PROVIDED ENTRIES:
------------

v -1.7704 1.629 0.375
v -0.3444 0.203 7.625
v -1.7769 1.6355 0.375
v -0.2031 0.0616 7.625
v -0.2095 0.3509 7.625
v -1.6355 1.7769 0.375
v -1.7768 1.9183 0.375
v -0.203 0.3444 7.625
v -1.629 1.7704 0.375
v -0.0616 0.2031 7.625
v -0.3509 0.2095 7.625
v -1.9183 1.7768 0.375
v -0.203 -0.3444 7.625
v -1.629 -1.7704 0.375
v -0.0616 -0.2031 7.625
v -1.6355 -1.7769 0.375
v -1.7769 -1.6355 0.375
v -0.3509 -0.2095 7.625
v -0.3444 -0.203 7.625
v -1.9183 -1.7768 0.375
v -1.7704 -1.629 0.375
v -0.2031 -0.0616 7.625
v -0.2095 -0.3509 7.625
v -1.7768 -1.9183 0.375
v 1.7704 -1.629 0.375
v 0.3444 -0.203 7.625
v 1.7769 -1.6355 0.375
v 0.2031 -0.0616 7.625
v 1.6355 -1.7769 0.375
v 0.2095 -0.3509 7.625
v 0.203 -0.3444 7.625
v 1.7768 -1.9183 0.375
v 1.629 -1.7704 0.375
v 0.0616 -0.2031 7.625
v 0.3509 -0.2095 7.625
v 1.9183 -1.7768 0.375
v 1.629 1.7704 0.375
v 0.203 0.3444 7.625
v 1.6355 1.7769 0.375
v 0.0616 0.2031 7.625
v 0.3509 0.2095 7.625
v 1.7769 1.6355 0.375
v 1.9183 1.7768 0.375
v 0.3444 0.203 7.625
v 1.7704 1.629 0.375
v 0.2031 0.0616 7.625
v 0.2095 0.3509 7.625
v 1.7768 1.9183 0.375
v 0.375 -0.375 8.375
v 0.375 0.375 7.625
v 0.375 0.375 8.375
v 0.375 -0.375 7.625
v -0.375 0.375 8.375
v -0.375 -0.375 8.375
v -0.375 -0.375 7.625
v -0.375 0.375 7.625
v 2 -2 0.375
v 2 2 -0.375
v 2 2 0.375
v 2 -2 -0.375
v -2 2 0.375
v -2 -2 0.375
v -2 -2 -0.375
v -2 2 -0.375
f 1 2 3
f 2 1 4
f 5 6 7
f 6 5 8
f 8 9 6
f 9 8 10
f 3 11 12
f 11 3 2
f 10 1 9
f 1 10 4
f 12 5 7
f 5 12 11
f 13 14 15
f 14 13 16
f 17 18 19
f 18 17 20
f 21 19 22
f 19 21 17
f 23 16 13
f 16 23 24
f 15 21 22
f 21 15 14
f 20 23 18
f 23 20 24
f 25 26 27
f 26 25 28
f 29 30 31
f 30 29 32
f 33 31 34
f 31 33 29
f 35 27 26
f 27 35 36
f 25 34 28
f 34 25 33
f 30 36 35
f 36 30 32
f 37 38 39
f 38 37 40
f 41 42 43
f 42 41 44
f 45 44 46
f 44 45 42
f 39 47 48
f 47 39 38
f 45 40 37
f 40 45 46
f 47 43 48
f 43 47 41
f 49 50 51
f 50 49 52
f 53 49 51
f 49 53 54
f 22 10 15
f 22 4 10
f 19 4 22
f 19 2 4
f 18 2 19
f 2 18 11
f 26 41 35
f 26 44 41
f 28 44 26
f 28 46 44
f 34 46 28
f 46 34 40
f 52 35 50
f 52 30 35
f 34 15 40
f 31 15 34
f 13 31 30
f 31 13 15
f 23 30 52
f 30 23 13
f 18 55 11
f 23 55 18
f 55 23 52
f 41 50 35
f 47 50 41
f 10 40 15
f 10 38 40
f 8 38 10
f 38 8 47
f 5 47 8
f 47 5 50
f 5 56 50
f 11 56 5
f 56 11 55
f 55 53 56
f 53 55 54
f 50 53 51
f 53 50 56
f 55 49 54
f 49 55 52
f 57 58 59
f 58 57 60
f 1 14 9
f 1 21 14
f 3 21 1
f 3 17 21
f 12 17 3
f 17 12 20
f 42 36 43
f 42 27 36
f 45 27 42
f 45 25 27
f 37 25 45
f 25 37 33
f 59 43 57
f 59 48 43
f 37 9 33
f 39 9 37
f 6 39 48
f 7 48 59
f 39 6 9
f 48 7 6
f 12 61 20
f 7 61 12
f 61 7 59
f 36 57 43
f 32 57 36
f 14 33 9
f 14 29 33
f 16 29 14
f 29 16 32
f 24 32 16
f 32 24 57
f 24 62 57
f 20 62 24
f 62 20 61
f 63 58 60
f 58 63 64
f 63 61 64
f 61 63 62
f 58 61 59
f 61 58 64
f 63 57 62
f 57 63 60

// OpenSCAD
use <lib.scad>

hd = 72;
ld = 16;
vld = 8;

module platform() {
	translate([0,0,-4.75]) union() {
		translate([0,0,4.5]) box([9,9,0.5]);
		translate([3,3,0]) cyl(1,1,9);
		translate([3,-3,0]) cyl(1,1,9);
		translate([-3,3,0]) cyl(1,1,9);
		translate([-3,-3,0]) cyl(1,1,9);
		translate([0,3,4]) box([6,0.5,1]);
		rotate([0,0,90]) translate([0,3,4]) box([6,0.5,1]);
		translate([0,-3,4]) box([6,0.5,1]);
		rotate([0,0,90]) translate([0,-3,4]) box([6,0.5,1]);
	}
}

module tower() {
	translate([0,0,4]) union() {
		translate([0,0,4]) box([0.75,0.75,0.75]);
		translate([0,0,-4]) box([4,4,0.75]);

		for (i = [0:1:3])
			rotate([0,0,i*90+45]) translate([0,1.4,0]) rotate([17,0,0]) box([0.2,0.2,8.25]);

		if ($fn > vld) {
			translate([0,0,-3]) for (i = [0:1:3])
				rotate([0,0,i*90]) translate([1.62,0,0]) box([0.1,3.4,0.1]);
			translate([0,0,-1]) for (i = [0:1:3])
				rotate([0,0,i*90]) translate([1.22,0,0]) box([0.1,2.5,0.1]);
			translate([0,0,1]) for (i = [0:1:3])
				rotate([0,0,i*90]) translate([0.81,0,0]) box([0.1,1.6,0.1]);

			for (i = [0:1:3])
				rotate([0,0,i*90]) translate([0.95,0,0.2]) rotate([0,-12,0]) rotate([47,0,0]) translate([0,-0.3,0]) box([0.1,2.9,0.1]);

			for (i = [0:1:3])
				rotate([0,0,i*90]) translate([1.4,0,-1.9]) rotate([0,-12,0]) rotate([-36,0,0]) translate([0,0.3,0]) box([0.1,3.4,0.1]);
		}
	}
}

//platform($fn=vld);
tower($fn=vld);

------------

HOW TO COMPLETE THIS TASK: Nothing should be dropped or changed, so repeat all of the entries exactly.

ANSWER SPACE:
v -1.7704 1.629 0.375
v -0.3444 0.203 7.625
v -1.7769 1.6355 0.375
v -0.2031 0.0616 7.625
v -0.2095 0.3509 7.625
v -1.6355 1.7769 0.375
v -1.7768 1.9183 0.375
v -0.203 0.3444 7.625
v -1.629 1.7704 0.375
v -0.0616 0.2031 7.625
v -0.3509 0.2095 7.625
v -1.9183 1.7768 0.375
v -0.203 -0.3444 7.625
v -1.629 -1.7704 0.375
v -0.0616 -0.2031 7.625
v -1.6355 -1.7769 0.375
v -1.7769 -1.6355 0.375
v -0.3509 -0.2095 7.625
v -0.3444 -0.203 7.625
v -1.9183 -1.7768 0.375
v -1.7704 -1.629 0.375
v -0.2031 -0.0616 7.625
v -0.2095 -0.3509 7.625
v -1.7768 -1.9183 0.375
v 1.7704 -1.629 0.375
v 0.3444 -0.203 7.625
v 1.7769 -1.6355 0.375
v 0.2031 -0.0616 7.625
v 1.6355 -1.7769 0.375
v 0.2095 -0.3509 7.625
v 0.203 -0.3444 7.625
v 1.7768 -1.9183 0.375
v 1.629 -1.7704 0.375
v 0.0616 -0.2031 7.625
v 0.3509 -0.2095 7.625
v 1.9183 -1.7768 0.375
v 1.629 1.7704 0.375
v 0.203 0.3444 7.625
v 1.6355 1.7769 0.375
v 0.0616 0.2031 7.625
v 0.3509 0.2095 7.625
v 1.7769 1.6355 0.375
v 1.9183 1.7768 0.375
v 0.3444 0.203 7.625
v 1.7704 1.629 0.375
v 0.2031 0.0616 7.625
v 0.2095 0.3509 7.625
v 1.7768 1.9183 0.375
v 0.375 -0.375 8.375
v 0.375 0.375 7.625
v 0.375 0.375 8.375
v 0.375 -0.375 7.625
v -0.375 0.375 8.375
v -0.375 -0.375 8.375
v -0.375 -0.375 7.625
v -0.375 0.375 7.625
v 2 -2 0.375
v 2 2 -0.375
v 2 2 0.375
v 2 -2 -0.375
v -2 2 0.375
v -2 -2 0.375
v -2 -2 -0.375
v -2 2 -0.375
f 1 2 3
f 2 1 4
f 5 6 7
f 6 5 8
f 8 9 6
f 9 8 10
f 3 11 12
f 11 3 2
f 10 1 9
f 1 10 4
f 12 5 7
f 5 12 11
f 13 14 15
f 14 13 16
f 17 18 19
f 18 17 20
f 21 19 22
f 19 21 17
f 23 16 13
f 16 23 24
f 15 21 22
f 21 15 14
f 20 23 18
f 23 20 24
f 25 26 27
f 26 25 28
f 29 30 31
f 30 29 32
f 33 31 34
f 31 33 29
f 35 27 26
f 27 35 36
f 25 34 28
f 34 25 33
f 30 36 35
f 36 30 32
f 37 38 39
f 38 37 40
f 41 42 43
f 42 41 44
f 45 44 46
f 44 45 42
f 39 47 48
f 47 39 38
f 45 40 37
f 40 45 46
f 47 43 48
f 43 47 41
f 49 50 51
f 50 49 52
f 53 49 51
f 49 53 54
f 22 10 15
f 22 4 10
f 19 4 22
f 19 2 4
f 18 2 19
f 2 18 11
f 26 41 35
f 26 44 41
f 28 44 26
f 28 46 44
f 34 46 28
f 46 34 40
f 52 35 50
f 52 30 35
f 34 15 40
f 31 15 34
f 13 31 30
f 31 13 15
f 23 30 52
f 30 23 13
f 18 55 11
f 23 55 18
f 55 23 52
f 41 50 35
f 47 50 41
f 10 40 15
f 10 38 40
f 8 38 10
f 38 8 47
f 5 47 8
f 47 5 50
f 5 56 50
f 11 56 5
f 56 11 55
f 55 53 56
f 53 55 54
f 50 53 51
f 53 50 56
f 55 49 54
f 49 55 52
f 57 58 59
f 58 57 60
f 1 14 9
f 1 21 14
f 3 21 1
f 3 17 21
f 12 17 3
f 17 12 20
f 42 36 43
f 42 27 36
f 45 27 42
f 45 25 27
f 37 25 45
f 25 37 33
f 59 43 57
f 59 48 43
f 37 9 33
f 39 9 37
f 6 39 48
f 7 48 59
f 39 6 9
f 48 7 6
f 12 61 20
f 7 61 12
f 61 7 59
f 36 57 43
f 32 57 36
f 14 33 9
f 14 29 33
f 16 29 14
f 29 16 32
f 24 32 16
f 32 24 57
f 24 62 57
f 20 62 24
f 62 20 61
f 63 58 60
f 58 63 64
f 63 61 64
f 61 63 62
f 58 61 59
f 61 58 64
f 63 57 62
f 57 63 60

// OpenSCAD
use <lib.scad>

hd = 72;
ld = 16;
vld = 8;

module platform() {
	translate([0,0,-4.75]) union() {
		translate([0,0,4.5]) box([9,9,0.5]);
		translate([3,3,0]) cyl(1,1,9);
		translate([3,-3,0]) cyl(1,1,9);
		translate([-3,3,0]) cyl(1,1,9);
		translate([-3,-3,0]) cyl(1,1,9);
		translate([0,3,4]) box([6,0.5,1]);
		rotate([0,0,90]) translate([0,3,4]) box([6,0.5,1]);
		translate([0,-3,4]) box([6,0.5,1]);
		rotate([0,0,90]) translate([0,-3,4]) box([6,0.5,1]);
	}
}

module tower() {
	translate([0,0,4]) union() {
		translate([0,0,4]) box([0.75,0.75,0.75]);
		translate([0,0,-4]) box([4,4,0.75]);

		for (i = [0:1:3])
			rotate([0,0,i*90+45]) translate([0,1.4,0]) rotate([17,0,0]) box([0.2,0.2,8.25]);

		if ($fn > vld) {
			translate([0,0,-3]) for (i = [0:1:3])
				rotate([0,0,i*90]) translate([1.62,0,0]) box([0.1,3.4,0.1]);
			translate([0,0,-1]) for (i = [0:1:3])
				rotate([0,0,i*90]) translate([1.22,0,0]) box([0.1,2.5,0.1]);
			translate([0,0,1]) for (i = [0:1:3])
				rotate([0,0,i*90]) translate([0.81,0,0]) box([0.1,1.6,0.1]);

			for (i = [0:1:3])
				rotate([0,0,i*90]) translate([0.95,0,0.2]) rotate([0,-12,0]) rotate([47,0,0]) translate([0,-0.3,0]) box([0.1,2.9,0.1]);

			for (i = [0:1:3])
				rotate([0,0,i*90]) translate([1.4,0,-1.9]) rotate([0,-12,0]) rotate([-36,0,0]) translate([0,0.3,0]) box([0.1,3.4,0.1]);
		}
	}
}

//platform($fn=vld);
tower($fn=vld);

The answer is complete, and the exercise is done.